→ Required work: Starting with the line that contains "extrude(amount=-F5_DEPTH, mode=Mode.SUBTRACT)" and stopping after the line that contains "The same part", return each line below exactly as written, with no others.

◆ ◆ ◆ ◆ ◆ ◆ ◆

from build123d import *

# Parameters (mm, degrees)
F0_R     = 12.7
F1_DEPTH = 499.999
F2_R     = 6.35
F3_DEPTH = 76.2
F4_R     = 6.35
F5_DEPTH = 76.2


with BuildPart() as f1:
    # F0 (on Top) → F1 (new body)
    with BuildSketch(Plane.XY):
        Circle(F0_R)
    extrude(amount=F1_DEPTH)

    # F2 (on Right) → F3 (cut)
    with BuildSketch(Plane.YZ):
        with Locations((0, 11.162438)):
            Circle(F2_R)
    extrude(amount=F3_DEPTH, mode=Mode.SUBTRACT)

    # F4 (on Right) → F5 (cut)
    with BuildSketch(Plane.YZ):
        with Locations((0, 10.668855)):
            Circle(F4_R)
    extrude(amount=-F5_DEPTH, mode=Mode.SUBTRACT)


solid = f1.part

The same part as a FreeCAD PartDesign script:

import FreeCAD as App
import Part
import Sketcher
Q = App.Units.Quantity

doc = App.newDocument("Part")
body = doc.addObject("PartDesign::Body", "Body")

sketch1 = body.newObject("Sketcher::SketchObject", "Sketch")
sketch1.AttachmentSupport = (doc.getObject("XY_Plane"), [""])
sketch1.MapMode = "FlatFace"
sketch1.addGeometry(Part.Circle(App.Vector(0, 0, 0), App.Vector(0, 0, 1), 13), False)
sketch1.addConstraint([
    Sketcher.Constraint("Coincident", 0, 3, -1, 1),
    Sketcher.Constraint("Diameter", 0, Q("1 in")),
])
pad1 = body.newObject("PartDesign::Pad", "Pad")
pad1.Profile = sketch1
pad1.Length = Q("19.685 in")

sketch2 = body.newObject("Sketcher::SketchObject", "Sketch001")
sketch2.AttachmentSupport = (doc.getObject("YZ_Plane"), [""])
sketch2.MapMode = "FlatFace"
sketch2.addGeometry(Part.Circle(App.Vector(0, 11, 0), App.Vector(0, 0, 1), 6), False)
sketch2.addConstraint([
    Sketcher.Constraint("PointOnObject", 0, 3, -2),
    Sketcher.Constraint("Diameter", 0, Q("0.5 in")),
    Sketcher.Constraint("DistanceY", -1, 1, 0, 3, Q("11.162438 mm")),
])
pocket1 = body.newObject("PartDesign::Pocket", "Pocket")
pocket1.Profile = sketch2
pocket1.Length = Q("3 in")
pocket1.Reversed = True

sketch3 = body.newObject("Sketcher::SketchObject", "Sketch002")
sketch3.AttachmentSupport = (doc.getObject("YZ_Plane"), [""])
sketch3.MapMode = "FlatFace"
sketch3.addGeometry(Part.Circle(App.Vector(0, 11, 0), App.Vector(0, 0, 1), 6), False)
sketch3.addConstraint([
    Sketcher.Constraint("PointOnObject", 0, 3, -2),
    Sketcher.Constraint("Diameter", 0, Q("0.5 in")),
    Sketcher.Constraint("DistanceY", -1, 1, 0, 3, Q("10.668855 mm")),
])
pocket2 = body.newObject("PartDesign::Pocket", "Pocket001")
pocket2.Profile = sketch3
pocket2.Length = Q("3 in")

doc.recompute()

◆ ◆ ◆ ◆ ◆ ◆ ◆

→ Reply:
    extrude(amount=-F5_DEPTH, mode=Mode.SUBTRACT)


solid = f1.part

The same part as a FreeCAD PartDesign script:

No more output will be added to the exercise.